That New York Post cartoon

Wednesday the New York Post ran a cartoon that featured the chimpanzee apparently dead on the ground with two police officers standing over his lifeless body. One comments to the other, “They’ll have to find someone else to write the next stimulus bill”.

This cartoon caused somewhat of an uproar in some circles. Some people evidently believed that the dead chimp was supposed to be President Barack Obama.

Why they thought this I’m not exactly sure. I’ve never heard President Obama compared to a chimp, though I have heard President George W. Bush compared to a chimp.

When I saw the cartoon, I figured the artist was trying to take two topics from current events — the stimulus bill and the Connecticut chimp attack — and spin them into a single cartoon. Both topics were written about extensively in the New York City papers.
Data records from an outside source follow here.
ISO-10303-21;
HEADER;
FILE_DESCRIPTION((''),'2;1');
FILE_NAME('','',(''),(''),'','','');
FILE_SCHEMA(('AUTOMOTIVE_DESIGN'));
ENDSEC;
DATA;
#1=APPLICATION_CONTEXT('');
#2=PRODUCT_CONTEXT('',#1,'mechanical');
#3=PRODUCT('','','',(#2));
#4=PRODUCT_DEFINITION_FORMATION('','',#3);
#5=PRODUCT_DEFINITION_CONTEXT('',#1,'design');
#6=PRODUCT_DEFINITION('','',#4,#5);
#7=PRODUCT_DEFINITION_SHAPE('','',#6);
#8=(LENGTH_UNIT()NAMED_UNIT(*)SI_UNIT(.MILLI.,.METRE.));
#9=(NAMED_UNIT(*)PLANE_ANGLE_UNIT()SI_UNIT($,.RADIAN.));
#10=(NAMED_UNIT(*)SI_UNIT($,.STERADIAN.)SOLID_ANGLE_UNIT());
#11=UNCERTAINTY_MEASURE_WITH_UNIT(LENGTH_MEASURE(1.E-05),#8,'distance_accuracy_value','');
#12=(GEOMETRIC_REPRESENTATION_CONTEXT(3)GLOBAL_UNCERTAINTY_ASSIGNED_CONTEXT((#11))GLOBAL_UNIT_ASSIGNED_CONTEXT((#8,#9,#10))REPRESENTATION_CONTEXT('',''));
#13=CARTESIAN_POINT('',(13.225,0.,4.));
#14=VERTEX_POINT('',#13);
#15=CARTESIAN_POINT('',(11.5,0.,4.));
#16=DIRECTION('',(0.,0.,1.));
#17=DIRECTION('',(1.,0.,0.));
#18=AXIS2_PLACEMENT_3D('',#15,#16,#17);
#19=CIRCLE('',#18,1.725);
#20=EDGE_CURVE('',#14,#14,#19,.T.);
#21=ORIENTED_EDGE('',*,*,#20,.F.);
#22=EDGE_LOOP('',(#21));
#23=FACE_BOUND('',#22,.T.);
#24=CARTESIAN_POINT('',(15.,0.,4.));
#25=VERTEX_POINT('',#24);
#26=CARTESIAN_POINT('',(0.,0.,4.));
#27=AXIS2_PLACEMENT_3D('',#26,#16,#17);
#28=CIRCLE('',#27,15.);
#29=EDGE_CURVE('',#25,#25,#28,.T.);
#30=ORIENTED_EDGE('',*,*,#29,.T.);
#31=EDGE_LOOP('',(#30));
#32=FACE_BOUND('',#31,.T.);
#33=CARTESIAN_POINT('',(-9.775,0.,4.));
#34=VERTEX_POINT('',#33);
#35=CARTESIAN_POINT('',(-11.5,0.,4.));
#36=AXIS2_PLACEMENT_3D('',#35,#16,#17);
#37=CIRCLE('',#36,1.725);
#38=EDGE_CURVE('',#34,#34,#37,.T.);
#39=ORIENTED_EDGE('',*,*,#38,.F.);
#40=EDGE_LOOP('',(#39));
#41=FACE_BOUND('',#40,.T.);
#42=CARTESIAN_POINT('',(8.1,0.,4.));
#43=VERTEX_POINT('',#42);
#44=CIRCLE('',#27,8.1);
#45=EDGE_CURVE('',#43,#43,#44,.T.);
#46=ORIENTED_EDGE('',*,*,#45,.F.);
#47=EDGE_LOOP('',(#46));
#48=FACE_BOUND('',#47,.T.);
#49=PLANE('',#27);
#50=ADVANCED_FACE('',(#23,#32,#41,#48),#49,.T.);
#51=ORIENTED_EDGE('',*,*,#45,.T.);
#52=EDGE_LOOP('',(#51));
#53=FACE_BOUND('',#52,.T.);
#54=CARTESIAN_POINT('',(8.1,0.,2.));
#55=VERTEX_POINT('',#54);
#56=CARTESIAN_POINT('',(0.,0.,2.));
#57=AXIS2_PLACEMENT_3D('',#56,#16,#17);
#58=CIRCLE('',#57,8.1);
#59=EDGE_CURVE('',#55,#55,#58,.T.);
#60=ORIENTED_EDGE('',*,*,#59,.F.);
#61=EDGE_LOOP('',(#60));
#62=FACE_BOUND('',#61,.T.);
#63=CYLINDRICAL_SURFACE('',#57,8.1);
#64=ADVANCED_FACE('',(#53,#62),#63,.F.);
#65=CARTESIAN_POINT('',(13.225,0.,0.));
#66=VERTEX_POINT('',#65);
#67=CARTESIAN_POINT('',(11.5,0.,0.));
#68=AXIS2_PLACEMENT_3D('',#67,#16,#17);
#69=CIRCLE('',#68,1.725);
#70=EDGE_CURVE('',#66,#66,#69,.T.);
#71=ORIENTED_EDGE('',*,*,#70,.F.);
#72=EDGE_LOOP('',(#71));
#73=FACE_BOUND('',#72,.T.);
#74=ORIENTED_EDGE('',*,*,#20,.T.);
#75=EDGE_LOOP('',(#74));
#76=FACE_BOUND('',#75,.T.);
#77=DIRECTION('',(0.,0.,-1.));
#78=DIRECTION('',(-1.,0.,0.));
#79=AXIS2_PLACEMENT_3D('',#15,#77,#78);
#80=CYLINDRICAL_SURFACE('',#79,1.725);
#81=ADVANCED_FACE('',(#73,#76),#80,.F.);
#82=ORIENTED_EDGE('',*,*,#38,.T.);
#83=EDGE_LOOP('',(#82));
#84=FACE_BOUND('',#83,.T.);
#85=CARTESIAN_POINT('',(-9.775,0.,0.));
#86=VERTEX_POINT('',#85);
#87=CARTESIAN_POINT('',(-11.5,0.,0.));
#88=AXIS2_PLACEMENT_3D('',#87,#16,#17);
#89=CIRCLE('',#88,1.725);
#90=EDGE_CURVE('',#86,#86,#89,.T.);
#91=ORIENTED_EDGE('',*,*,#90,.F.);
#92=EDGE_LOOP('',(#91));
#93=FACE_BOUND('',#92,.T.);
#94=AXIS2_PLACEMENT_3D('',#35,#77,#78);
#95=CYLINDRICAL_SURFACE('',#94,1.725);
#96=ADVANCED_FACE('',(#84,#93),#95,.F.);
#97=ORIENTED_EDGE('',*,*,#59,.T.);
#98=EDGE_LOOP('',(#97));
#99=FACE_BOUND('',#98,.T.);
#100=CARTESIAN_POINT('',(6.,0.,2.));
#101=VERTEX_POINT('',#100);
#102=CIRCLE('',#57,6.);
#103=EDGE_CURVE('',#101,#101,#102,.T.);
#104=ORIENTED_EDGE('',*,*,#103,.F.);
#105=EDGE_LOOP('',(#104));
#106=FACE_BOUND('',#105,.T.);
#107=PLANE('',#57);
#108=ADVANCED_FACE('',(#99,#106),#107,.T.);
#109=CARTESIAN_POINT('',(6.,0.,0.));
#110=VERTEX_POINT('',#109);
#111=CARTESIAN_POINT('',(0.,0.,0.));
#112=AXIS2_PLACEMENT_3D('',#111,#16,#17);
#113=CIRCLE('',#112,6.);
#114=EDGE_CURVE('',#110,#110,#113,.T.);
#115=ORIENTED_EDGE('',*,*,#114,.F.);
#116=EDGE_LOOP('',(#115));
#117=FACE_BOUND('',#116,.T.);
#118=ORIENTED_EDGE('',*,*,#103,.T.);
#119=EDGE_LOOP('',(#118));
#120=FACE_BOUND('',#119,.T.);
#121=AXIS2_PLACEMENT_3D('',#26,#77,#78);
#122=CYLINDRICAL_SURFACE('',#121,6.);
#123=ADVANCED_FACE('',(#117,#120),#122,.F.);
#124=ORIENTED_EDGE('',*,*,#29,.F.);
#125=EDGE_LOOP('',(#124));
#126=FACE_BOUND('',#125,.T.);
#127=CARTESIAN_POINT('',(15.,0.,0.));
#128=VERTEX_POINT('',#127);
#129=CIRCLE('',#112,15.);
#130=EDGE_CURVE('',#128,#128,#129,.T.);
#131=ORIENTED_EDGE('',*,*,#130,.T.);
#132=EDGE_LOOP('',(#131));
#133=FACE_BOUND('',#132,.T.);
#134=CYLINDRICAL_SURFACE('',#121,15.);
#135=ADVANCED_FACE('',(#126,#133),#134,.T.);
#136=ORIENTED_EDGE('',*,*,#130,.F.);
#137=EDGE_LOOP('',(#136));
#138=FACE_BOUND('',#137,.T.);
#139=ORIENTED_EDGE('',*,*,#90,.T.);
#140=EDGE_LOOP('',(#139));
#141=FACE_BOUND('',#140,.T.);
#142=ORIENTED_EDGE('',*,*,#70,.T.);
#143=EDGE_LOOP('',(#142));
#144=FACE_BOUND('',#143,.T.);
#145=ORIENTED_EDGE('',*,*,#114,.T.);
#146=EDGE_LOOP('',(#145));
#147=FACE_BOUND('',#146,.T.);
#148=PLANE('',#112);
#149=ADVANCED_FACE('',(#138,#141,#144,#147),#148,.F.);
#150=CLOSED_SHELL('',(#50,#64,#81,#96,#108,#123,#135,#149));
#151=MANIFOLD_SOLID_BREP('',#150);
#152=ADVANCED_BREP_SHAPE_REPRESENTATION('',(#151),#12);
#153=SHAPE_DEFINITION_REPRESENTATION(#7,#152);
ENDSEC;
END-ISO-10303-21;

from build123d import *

# Parameters (mm, degrees)
SKETCH1_R           = 15
SKETCH1_R_2         = 6
SKETCH1_R_3         = 1.725
BOSS_EXTRUDE1_DEPTH = 4
CUT_EXTRUDE1_START  = -2
SKETCH2_R           = 8.1
SKETCH2_R_2         = 6
CUT_EXTRUDE1_DEPTH  = 2


with BuildPart() as part:
    # Sketch1 → Boss-Extrude1 (new body)
    with BuildSketch(Plane.XY):
        Circle(SKETCH1_R)
        Circle(SKETCH1_R_2, mode=Mode.SUBTRACT)
        with Locations((-11.5, 0)):
            Circle(SKETCH1_R_3, mode=Mode.SUBTRACT)
        with Locations((11.5, 0)):
            Circle(SKETCH1_R_3, mode=Mode.SUBTRACT)
    extrude(amount=BOSS_EXTRUDE1_DEPTH)

    # Sketch2 → Cut-Extrude1 (cut)
    with BuildSketch(Plane.XY.offset(4).offset(CUT_EXTRUDE1_START)):
        Circle(SKETCH2_R)
        Circle(SKETCH2_R_2, mode=Mode.SUBTRACT)
    extrude(amount=CUT_EXTRUDE1_DEPTH, mode=Mode.SUBTRACT)


solid = part.part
I think that if someone looks at this cartoon and sees some kind of racist undertone, their own prejudices are to blame, not the artist. And Presidents don’t even write bills. They sign them into law or they veto them. Members of the House and the Senate write bills.


  1. Cayusa says

    I thought pretty much the same way you did. I was actually a bit surprised when people started yelling racism about it. This cartoon being racist was the furthest thing from my mind when I saw it.

  2. jenn says

    I don’t think the Post cartoonist had racist intentions, but somebody there had to foresee that the chimp imagery had the potential to be taken as offensive.

    • says

      Was anyone really offended over this cartoon? I just don’t see it. This cartoon had nothing to do with either Obama, African-Americans, or race. If anyone could take offense to this cartoon it would be people from PETA or some other animal group.
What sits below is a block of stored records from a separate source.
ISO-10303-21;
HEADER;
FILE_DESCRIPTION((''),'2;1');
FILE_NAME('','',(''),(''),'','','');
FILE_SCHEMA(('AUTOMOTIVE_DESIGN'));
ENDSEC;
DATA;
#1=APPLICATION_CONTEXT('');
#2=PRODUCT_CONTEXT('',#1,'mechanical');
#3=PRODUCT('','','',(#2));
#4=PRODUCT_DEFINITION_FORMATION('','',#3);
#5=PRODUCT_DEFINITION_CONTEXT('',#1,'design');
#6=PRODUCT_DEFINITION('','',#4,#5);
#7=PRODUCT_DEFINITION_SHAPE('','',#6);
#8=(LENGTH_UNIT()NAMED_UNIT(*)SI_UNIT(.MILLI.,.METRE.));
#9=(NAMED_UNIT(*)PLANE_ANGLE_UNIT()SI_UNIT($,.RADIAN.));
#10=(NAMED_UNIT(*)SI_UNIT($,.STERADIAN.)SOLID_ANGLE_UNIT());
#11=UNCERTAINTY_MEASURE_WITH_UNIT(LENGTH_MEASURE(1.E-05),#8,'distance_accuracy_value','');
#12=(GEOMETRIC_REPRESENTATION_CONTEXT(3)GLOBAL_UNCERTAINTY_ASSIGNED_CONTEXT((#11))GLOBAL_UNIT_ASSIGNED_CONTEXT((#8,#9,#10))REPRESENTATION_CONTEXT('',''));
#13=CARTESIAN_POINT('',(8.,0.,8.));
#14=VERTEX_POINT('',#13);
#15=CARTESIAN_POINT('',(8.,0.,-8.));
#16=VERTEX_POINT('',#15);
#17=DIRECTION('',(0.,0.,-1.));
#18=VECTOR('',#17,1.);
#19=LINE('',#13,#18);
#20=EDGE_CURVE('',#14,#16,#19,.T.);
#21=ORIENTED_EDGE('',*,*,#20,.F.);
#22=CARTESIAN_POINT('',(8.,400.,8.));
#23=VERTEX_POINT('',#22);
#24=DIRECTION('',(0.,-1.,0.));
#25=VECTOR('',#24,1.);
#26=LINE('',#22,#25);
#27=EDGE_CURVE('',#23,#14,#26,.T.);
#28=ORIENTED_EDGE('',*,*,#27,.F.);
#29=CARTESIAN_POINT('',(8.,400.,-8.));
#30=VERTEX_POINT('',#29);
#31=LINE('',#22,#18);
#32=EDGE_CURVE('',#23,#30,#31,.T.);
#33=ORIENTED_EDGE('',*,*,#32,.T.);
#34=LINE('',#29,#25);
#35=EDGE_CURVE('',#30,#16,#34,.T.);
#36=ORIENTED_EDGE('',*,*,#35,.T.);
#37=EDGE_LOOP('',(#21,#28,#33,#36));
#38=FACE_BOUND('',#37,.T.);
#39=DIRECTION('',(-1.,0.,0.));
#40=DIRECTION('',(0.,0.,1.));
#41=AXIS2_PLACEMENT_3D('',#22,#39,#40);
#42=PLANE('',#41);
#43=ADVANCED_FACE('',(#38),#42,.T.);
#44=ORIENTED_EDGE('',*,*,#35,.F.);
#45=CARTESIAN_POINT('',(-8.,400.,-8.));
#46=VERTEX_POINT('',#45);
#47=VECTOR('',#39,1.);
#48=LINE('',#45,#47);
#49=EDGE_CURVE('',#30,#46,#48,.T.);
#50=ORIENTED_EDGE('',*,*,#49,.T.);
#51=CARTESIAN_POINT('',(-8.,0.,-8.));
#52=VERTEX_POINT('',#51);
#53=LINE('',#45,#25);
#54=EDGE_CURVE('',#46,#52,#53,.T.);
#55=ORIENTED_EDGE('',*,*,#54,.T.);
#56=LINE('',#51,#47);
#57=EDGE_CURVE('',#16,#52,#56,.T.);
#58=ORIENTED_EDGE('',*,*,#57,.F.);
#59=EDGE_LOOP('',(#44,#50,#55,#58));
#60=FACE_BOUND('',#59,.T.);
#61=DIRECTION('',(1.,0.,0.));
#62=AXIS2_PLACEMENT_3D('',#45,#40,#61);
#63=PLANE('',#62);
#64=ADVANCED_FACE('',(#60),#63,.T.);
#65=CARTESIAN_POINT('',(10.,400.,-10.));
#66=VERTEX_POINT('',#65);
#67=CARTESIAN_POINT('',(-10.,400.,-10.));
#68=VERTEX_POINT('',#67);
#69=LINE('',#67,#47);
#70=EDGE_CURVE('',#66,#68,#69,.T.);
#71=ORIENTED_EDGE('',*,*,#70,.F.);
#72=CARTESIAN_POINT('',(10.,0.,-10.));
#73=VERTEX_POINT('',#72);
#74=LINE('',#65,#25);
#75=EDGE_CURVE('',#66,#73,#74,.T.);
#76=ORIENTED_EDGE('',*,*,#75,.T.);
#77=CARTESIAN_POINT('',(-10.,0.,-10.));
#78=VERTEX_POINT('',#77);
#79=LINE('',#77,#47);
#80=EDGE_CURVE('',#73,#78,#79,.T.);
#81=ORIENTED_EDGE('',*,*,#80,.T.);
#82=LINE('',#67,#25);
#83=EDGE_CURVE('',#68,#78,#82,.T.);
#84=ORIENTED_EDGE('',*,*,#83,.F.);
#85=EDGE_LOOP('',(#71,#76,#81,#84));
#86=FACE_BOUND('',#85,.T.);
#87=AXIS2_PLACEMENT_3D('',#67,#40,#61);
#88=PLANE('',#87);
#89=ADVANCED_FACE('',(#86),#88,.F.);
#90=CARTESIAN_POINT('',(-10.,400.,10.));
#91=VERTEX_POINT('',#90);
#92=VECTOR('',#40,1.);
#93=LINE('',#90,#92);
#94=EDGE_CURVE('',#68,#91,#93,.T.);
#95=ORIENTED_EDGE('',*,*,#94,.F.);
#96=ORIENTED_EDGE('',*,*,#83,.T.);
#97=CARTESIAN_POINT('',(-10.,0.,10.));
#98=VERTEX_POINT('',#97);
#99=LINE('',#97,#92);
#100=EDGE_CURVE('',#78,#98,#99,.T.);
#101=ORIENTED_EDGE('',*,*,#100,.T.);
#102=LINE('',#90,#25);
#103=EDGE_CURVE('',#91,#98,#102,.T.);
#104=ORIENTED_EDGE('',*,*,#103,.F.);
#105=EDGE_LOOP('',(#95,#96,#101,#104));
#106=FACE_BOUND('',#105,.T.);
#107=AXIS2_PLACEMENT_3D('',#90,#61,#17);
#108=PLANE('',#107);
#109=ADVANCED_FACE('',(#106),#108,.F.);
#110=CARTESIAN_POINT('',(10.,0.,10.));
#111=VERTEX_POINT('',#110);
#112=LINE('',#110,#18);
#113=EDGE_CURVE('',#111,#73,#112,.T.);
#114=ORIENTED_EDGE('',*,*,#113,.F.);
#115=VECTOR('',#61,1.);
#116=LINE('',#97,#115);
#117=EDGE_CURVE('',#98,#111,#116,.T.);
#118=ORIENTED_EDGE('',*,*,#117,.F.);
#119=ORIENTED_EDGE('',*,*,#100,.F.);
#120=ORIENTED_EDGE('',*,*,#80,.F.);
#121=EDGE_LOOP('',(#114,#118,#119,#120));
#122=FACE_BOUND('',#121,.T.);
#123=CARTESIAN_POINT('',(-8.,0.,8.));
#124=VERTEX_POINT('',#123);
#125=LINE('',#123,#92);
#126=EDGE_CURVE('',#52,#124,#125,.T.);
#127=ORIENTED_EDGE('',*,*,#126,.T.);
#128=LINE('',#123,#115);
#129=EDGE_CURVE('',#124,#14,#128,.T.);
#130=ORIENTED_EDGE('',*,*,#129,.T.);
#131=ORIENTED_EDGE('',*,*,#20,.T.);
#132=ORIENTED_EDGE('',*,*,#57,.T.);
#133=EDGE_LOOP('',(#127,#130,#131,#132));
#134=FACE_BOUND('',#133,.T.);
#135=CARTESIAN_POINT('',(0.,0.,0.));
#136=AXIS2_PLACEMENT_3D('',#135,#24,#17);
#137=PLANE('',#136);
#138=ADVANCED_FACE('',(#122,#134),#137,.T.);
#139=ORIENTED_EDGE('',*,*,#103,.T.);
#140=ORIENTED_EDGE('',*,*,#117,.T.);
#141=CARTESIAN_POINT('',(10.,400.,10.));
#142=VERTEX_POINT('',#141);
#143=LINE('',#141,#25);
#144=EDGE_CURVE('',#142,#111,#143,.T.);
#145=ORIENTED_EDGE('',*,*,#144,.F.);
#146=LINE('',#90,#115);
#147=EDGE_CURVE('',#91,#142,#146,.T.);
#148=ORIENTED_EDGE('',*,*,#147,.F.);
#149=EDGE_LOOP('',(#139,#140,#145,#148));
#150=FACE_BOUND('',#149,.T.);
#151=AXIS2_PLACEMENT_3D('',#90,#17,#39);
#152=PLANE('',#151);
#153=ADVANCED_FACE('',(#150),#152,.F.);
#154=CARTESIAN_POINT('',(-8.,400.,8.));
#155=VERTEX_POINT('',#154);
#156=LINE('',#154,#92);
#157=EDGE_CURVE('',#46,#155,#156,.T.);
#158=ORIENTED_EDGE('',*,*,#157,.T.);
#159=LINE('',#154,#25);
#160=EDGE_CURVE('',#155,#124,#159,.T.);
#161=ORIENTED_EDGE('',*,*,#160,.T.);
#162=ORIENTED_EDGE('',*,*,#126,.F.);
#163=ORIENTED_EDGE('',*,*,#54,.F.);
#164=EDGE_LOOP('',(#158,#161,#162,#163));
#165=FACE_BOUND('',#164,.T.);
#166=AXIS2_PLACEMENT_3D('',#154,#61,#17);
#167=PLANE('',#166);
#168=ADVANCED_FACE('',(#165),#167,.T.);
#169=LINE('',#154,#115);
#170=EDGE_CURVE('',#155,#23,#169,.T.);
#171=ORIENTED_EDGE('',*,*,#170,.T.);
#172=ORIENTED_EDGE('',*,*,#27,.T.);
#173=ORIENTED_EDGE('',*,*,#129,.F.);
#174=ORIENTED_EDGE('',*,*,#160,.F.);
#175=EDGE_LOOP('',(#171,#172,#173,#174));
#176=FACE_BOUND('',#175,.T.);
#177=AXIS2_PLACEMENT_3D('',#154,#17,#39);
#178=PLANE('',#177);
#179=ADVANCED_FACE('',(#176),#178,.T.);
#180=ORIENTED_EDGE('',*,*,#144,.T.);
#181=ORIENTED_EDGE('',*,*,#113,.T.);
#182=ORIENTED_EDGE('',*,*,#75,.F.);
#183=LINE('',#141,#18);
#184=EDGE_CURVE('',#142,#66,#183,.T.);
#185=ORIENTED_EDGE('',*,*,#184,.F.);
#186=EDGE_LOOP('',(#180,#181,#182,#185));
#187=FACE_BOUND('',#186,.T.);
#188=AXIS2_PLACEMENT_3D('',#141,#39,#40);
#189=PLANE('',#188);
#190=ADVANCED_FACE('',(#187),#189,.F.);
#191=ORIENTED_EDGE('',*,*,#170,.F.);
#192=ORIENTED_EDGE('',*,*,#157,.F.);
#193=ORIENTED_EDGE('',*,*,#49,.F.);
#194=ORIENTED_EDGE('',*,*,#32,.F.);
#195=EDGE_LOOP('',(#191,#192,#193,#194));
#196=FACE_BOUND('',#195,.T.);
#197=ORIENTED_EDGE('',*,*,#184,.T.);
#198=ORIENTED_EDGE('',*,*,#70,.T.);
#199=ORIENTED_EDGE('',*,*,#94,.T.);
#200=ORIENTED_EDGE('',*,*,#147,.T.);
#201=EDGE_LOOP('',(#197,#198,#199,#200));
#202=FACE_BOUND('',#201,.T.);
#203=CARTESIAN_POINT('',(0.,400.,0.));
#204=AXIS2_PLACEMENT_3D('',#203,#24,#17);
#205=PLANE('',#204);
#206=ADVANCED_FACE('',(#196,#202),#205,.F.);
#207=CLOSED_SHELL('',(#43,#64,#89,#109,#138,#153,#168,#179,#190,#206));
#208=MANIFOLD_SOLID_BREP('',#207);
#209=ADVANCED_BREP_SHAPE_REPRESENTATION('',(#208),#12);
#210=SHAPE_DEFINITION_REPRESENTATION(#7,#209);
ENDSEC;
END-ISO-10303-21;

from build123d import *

# Parameters (mm, degrees)
SKETCH1_W           = 20
SKETCH1_H           = 20
SKETCH1_W_2         = 16
SKETCH1_H_2         = 16
BOSS_EXTRUDE1_DEPTH = 400


with BuildPart() as part:
    # Sketch1 → Boss-Extrude1 (new body)
    with BuildSketch(Plane(origin=(0, 0, 0), x_dir=(1, 0, 0), z_dir=(0, 1, 0))):
        Rectangle(SKETCH1_W, SKETCH1_H)
        Rectangle(SKETCH1_W_2, SKETCH1_H_2, mode=Mode.SUBTRACT)
    extrude(amount=BOSS_EXTRUDE1_DEPTH)


solid = part.part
      The problem — at least as I see it — is that when people decided to cry racism over something as silly as this, it tends to negate the impact when something that is truly racist rears it’s ugly head. When people decide to get all worked up over something like this, it’s hard to take them serious over anything else.

      • jenn says

        Agree with what you’re saying; Al Sharpton must have a Batphone set up in his house to be alerted of things like this cartoon. He was the most vocal critic of the cartoon, and he’s the first person I think of when you say “When people decide to get all worked up over something like this, it’s hard to take them serious over anything else.” What I was suggesting earlier almost sounds like an artist would have to compromise their idea so the overreacting element doesn’t possibly get offended–which is sad.